Social network e piazze virtuali di ogni genere (ma non solo), si sono trasformate in un luogo in cui diviene impossibile discutere serenamente di politica.

Troppo spesso si giunge con estrema facilità a trascendere nei toni e a interpretare come attacchi personali, quelle che in realtà altro non sono se non semplici critiche politiche.

Durante la competizione elettorale di maggio e giugno scorsi, diverse sono state le voci assolutamente infondate messe in giro ad arte, non tanto per criticare le idee e i progetti che proponevamo alla comunità Acquavivese, quanto per colpire in maniera del tutto infondata me e persone a me vicine, al fine di creare disinformazione e destabilizzare l’ambiente.

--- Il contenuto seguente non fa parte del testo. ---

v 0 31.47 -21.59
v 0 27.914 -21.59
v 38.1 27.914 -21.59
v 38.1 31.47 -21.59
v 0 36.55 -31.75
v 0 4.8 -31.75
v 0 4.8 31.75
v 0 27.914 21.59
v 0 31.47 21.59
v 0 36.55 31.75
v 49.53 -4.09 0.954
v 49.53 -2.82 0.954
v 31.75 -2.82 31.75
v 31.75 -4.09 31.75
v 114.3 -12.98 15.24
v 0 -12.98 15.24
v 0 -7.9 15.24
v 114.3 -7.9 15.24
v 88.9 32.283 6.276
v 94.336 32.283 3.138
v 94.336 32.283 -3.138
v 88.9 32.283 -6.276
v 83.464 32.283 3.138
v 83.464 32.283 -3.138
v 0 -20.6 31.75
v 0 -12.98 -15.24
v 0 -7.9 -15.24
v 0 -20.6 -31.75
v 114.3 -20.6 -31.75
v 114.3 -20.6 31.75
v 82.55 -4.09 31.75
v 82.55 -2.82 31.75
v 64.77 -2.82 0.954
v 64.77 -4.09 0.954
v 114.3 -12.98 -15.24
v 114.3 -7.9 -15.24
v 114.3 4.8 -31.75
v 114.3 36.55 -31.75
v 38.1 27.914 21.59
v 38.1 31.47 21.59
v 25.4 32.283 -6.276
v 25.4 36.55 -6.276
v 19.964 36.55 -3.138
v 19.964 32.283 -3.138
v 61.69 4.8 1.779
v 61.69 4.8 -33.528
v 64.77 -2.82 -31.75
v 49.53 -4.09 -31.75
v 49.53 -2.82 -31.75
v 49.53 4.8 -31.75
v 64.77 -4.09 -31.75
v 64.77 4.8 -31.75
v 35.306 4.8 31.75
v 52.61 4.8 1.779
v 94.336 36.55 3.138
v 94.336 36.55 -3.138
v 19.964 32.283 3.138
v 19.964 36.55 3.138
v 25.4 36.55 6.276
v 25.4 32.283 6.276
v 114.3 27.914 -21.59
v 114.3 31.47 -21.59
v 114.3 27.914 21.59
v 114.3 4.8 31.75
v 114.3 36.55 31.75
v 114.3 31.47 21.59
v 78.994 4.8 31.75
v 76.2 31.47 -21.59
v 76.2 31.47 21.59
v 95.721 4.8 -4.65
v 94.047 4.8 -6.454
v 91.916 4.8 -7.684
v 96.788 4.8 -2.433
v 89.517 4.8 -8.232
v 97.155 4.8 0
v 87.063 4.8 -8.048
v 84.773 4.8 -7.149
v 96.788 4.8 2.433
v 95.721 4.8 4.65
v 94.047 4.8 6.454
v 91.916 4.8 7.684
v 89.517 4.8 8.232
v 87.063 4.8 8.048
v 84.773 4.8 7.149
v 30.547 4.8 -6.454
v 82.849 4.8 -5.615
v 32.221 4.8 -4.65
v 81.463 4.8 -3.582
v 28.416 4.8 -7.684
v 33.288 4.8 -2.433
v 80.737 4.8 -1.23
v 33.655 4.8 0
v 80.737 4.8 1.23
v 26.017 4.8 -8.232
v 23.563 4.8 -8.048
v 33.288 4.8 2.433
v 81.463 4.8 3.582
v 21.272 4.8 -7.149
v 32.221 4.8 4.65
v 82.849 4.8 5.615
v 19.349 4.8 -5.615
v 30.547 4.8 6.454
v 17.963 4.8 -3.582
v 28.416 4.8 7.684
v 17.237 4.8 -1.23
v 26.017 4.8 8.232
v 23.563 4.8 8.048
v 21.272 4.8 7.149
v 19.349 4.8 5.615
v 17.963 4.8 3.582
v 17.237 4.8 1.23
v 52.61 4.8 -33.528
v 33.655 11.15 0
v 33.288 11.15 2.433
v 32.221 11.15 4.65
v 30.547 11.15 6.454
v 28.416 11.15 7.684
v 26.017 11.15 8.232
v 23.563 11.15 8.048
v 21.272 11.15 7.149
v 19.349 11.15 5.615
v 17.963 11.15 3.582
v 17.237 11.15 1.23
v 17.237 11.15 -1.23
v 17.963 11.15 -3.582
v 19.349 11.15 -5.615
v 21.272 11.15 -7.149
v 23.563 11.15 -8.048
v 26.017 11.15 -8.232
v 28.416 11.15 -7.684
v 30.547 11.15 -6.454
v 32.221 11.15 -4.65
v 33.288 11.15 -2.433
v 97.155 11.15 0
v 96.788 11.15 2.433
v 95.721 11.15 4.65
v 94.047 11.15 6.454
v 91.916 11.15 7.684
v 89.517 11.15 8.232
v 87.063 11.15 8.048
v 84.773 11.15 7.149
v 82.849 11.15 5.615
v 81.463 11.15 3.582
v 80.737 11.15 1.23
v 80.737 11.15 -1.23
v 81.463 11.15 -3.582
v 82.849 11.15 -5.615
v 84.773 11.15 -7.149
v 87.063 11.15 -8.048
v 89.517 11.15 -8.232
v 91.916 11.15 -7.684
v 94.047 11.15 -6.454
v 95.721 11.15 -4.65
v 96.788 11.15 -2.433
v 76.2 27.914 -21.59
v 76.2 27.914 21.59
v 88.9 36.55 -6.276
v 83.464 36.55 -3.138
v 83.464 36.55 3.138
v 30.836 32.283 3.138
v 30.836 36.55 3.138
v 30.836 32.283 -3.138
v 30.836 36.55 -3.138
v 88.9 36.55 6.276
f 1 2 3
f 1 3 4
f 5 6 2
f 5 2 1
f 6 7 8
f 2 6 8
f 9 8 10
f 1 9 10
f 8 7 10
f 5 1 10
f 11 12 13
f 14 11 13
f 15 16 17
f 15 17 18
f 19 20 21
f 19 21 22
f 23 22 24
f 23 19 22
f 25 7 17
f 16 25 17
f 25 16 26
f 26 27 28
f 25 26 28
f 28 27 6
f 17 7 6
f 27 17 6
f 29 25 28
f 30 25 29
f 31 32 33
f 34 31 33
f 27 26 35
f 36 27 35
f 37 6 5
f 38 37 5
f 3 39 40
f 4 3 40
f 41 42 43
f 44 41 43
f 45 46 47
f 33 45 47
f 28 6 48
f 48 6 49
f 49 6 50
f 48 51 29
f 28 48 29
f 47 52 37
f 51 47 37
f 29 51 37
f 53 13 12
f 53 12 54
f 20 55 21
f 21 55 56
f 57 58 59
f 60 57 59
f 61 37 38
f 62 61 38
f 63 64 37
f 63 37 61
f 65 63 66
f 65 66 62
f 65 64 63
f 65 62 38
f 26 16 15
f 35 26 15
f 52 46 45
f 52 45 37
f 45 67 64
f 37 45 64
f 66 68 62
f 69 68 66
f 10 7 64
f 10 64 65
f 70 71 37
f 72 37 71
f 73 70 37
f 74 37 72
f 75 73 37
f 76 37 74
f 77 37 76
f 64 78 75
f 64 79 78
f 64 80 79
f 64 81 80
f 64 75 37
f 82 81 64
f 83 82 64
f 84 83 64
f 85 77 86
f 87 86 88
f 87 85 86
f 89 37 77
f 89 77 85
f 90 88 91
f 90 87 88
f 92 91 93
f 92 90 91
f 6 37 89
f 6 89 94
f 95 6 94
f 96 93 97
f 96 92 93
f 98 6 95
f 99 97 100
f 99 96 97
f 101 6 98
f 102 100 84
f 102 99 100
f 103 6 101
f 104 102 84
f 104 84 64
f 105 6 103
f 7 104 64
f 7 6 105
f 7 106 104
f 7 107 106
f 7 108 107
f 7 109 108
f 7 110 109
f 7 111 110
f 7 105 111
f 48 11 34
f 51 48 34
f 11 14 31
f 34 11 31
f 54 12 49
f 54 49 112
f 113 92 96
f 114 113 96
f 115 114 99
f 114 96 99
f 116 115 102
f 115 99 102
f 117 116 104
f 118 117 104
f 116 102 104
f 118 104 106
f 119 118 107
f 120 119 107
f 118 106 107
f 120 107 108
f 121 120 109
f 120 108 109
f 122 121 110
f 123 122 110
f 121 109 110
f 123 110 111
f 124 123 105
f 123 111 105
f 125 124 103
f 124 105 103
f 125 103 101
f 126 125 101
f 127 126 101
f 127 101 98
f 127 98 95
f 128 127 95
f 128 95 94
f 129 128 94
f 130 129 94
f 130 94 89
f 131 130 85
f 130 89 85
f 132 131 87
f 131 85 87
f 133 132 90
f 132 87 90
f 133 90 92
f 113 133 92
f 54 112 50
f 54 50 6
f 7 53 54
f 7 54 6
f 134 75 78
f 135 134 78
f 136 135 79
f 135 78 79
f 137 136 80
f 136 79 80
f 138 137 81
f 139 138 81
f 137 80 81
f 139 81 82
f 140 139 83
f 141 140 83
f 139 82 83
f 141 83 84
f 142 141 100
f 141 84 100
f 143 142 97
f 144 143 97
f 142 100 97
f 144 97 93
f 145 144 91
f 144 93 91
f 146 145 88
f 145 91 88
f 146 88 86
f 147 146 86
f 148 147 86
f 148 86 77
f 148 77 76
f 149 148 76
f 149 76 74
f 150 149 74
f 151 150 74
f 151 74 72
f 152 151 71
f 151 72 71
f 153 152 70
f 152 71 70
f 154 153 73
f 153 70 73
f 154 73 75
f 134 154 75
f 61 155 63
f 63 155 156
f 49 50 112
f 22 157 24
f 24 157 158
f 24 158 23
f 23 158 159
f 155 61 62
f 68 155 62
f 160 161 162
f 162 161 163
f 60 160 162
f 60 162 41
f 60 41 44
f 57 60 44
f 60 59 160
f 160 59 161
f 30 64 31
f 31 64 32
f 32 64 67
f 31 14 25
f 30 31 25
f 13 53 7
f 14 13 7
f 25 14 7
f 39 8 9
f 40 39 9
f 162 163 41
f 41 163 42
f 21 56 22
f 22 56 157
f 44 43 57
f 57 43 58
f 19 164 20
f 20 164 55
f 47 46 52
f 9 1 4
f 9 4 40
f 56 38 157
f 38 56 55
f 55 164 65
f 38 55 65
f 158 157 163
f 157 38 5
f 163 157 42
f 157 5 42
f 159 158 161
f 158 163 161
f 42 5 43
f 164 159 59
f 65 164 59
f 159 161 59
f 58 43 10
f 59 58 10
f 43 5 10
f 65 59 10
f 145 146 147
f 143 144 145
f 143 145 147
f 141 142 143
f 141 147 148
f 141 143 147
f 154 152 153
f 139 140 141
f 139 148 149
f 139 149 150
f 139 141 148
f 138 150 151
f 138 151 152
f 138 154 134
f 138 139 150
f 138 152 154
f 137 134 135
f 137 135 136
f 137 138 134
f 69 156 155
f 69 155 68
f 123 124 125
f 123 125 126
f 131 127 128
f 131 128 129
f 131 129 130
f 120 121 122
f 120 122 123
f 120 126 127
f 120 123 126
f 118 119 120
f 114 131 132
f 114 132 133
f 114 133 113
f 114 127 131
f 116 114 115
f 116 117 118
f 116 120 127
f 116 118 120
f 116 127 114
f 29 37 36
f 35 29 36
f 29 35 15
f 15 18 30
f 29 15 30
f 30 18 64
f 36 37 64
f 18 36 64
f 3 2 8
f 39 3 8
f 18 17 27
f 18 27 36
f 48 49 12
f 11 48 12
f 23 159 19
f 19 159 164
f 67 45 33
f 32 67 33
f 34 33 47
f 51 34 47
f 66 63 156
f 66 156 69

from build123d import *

# Parameters (mm, degrees)
F0_W      = 31.75
F0_H      = 63.5
F1_DEPTH  = 114.3
F2_DEPTH  = 114.3
F5_W      = 3.556
F5_H      = 43.18
F6_DEPTH  = 38.1
F7_START  = 76.2
F7_DEPTH  = 38.1
F11_R     = 8.255
F12_R     = 8.255
F13_DEPTH = 6.35
F15_DEPTH = 4.2672
F16_DEPTH = 25.4
F17_START = 8.89
F17_DEPTH = 16.51
F20_START = -7.62
F19_W     = 114.3
F19_H     = 30.48
F20_DEPTH = 5.08


with BuildPart() as f1:
    # F0 (on Right) → F1 (new body)
    with BuildSketch(Plane.YZ):
        with Locations((20.6751725854, 0)):
            Rectangle(F0_W, F0_H)
    extrude(amount=F1_DEPTH)

    # F5 (on face) → F6 (cut)
    with BuildSketch(Plane.YZ):
        with Locations((29.6921725854, 0)):
            Rectangle(F5_W, F5_H)
    extrude(amount=F6_DEPTH, mode=Mode.SUBTRACT)

    # F5 (on face) → F7 (cut)
    with BuildSketch(Plane.YZ.offset(F7_START)):
        with Locations((29.6921725854, 0)):
            Rectangle(F5_W, F5_H)
    extrude(amount=F7_DEPTH, mode=Mode.SUBTRACT)

    # F11 (on face) + F12 (on face) → F13 (cut)
    with BuildSketch(Plane.XZ.offset(-4.8001725854)):
        with Locations((25.4, 0)):
            Circle(F11_R)
    with BuildSketch(Plane.XZ.offset(-4.8001725854)):
        with Locations((88.9, 0)):
            Circle(F12_R)
    extrude(amount=-F13_DEPTH, mode=Mode.SUBTRACT)

    # F14 (on face) → F15 (cut)
    with BuildSketch(Plane(origin=(0, 36.5501725854, 0), x_dir=(-1, 0, 0), z_dir=(0, 1, 0))):
        Polygon((-83.4644, -3.1382451232), (-83.4644, 3.1382451232), (-88.9, 6.2764902464), (-94.3356, 3.1382451232), (-94.3356, -3.1382451232), (-88.9, -6.2764902464), align=None)
        Polygon((-30.8356, 3.1382451232), (-30.8356, -3.1382451232), (-25.4, -6.2764902464), (-19.9644, -3.1382451232), (-19.9644, 3.1382451232), (-25.4, 6.2764902464), align=None)
    extrude(amount=-F15_DEPTH, mode=Mode.SUBTRACT)


with BuildPart() as f2:
    # F0 (on Right) → F2 (new body)
    with BuildSketch(Plane.YZ):
        Polygon((-26.9498274146, -19.685), (-26.9498274146, -31.75), (4.8001725854, -31.75), (4.8001725854, 31.75), (-26.9498274146, 31.75), (-26.9498274146, 19.685), (-23.3938274146, 19.685), (-7.8998274146, 8.89), (-7.8998274146, -8.89), (-23.3938274146, -19.685), align=None)
        Polygon((-26.9498274146, 19.685), (-26.9498274146, -19.685), (-23.3938274146, -19.685), (-7.8998274146, -8.89), (-7.8998274146, 8.89), (-23.3938274146, 19.685), align=None)
    extrude(amount=F2_DEPTH)


with BuildPart() as f9:
    # F9: sweep along a path in F4
    with BuildLine(Plane.XZ.offset(-4.8001725854)) as f9_path:
        Line((49.53, -31.75), (49.53, 0.9541366414))
        Line((49.53, 0.9541366414), (31.75, 31.75))
    # F8 (on face) → F9 (sweep)
    with BuildSketch(Plane.XY.offset(31.75)):
        Polygon((35.306, 4.8001725854), (31.75, 4.8001725854), (31.75, -2.8198274146), align=None)
    sweep(path=f9_path.line, transition=Transition.RIGHT)


with BuildPart() as f10:
    # F10: sweep along a path in F4
    with BuildLine(Plane.XZ.offset(-4.8001725854)) as f10_path:
        Line((82.55, 31.75), (64.77, 0.9541366414))
        Line((64.77, 0.9541366414), (64.77, -31.75))
    # F8 (on face) → F10 (sweep)
    with BuildSketch(Plane.XY.offset(31.75)):
        Polygon((82.55, -2.8198274146), (82.55, 4.8001725854), (78.994, 4.8001725854), align=None)
    sweep(path=f10_path.line, transition=Transition.RIGHT)


with BuildPart() as f16:
    # F4 (on face) → F16 (new body)
    with BuildSketch(Plane.XZ.offset(-4.8001725854)):
        Polygon((49.53, 0.9541366414), (31.75, 31.75), (0, 31.75), (0, -31.75), (49.53, -31.75), align=None)
    extrude(amount=F16_DEPTH)


with BuildPart() as f16b:
    # F4 (on face) → F16, piece 2 (new body)
    with BuildSketch(Plane.XZ.offset(-4.8001725854)):
        Polygon((114.3, 31.75), (82.55, 31.75), (64.77, 0.9541366414), (64.77, -31.75), (114.3, -31.75), align=None)
    extrude(amount=F16_DEPTH)


with BuildPart() as f17:
    # F4 (on face) → F17 (new body)
    with BuildSketch(Plane.XZ.offset(-4.8001725854).offset(F17_START)):
        Polygon((57.15, -31.75), (57.15, 31.75), (31.75, 31.75), (49.53, 0.9541366414), (49.53, -31.75), align=None)
        Polygon((82.55, 31.75), (57.15, 31.75), (57.15, -31.75), (64.77, -31.75), (64.77, 0.9541366414), align=None)
    extrude(amount=F17_DEPTH)


with BuildPart() as f9_1:
    add(f9.part)

    # F18: union F10, F16, F16b, F17
    add(f10.part)
    add(f16.part)
    add(f16b.part)
    add(f17.part)

    # F19 (on face) → F20 (cut)
    with BuildSketch(Plane.XZ.offset(20.5998274146).offset(F20_START)):
        with Locations((57.15, 0)):
            Rectangle(F19_W, F19_H)
    extrude(amount=-F20_DEPTH, mode=Mode.SUBTRACT)


solid = Compound([f1.part, f9_1.part])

Tuttavia, non vi abbiamo mai dato eccessivo peso e abbiamo sempre guardato avanti con serenità, consapevoli che in politica, soprattutto alla luce di uno scenario di scontri ideali e programmatici, diventa sfocato se non addirittura impercettibile il limite tra diritto di critica politica, diritto alla libertà di opinione ed espressione del proprio pensiero e il diritto all'onore e alla reputazione.

Il fatto che, però, questi toni non si siano placati dopo diverso tempo, mi spinge a rivolgere questo invito in primis a me e ai miei amici, al fine di distendere gli animi.

Pertanto, occorre da un lato evitare che gli attacchi possano essere interpretati come diretti e personali, e dall’altro, dare il giusto spazio alle critiche e all’opposizione (anche mediatica), senza necessità di strumentalizzare ed esercitare sterile e gratuito vittimismo.

Noi uomini che abbiamo scelto di rappresentare i cittadini, non dobbiamo permettere che la nostra comunità si allontani da quello per cui ci ha legittimati.

Gli strumenti giudiziari non possono che inasprire il confronto tra maggioranza e opposizione creando un terreno ostile al dialogo e alla leale cooperazione tra Amministrazione, opposizione e tutti i cittadini.

Senza considerare che, gli attacchi mediatici violenti da parte di alcuni cittadini e le reazioni fondamentaliste che ne derivano possono costituire un precedente anomalo se non addirittura pericoloso.        

Per tali ragioni, sarebbe bene lasciare da parte il clima teso della campagna elettorale in favore di un rasserenamento, attraverso cui poter lavorare per Acquaviva e per gli Acquavivesi in maniera più proficua.

Un atteggiamento diverso da parte di tutti quanti noi sarebbe auspicabile. Cerchiamo perciò di abbassare i toni: lo scontro non porta nessun vantaggio.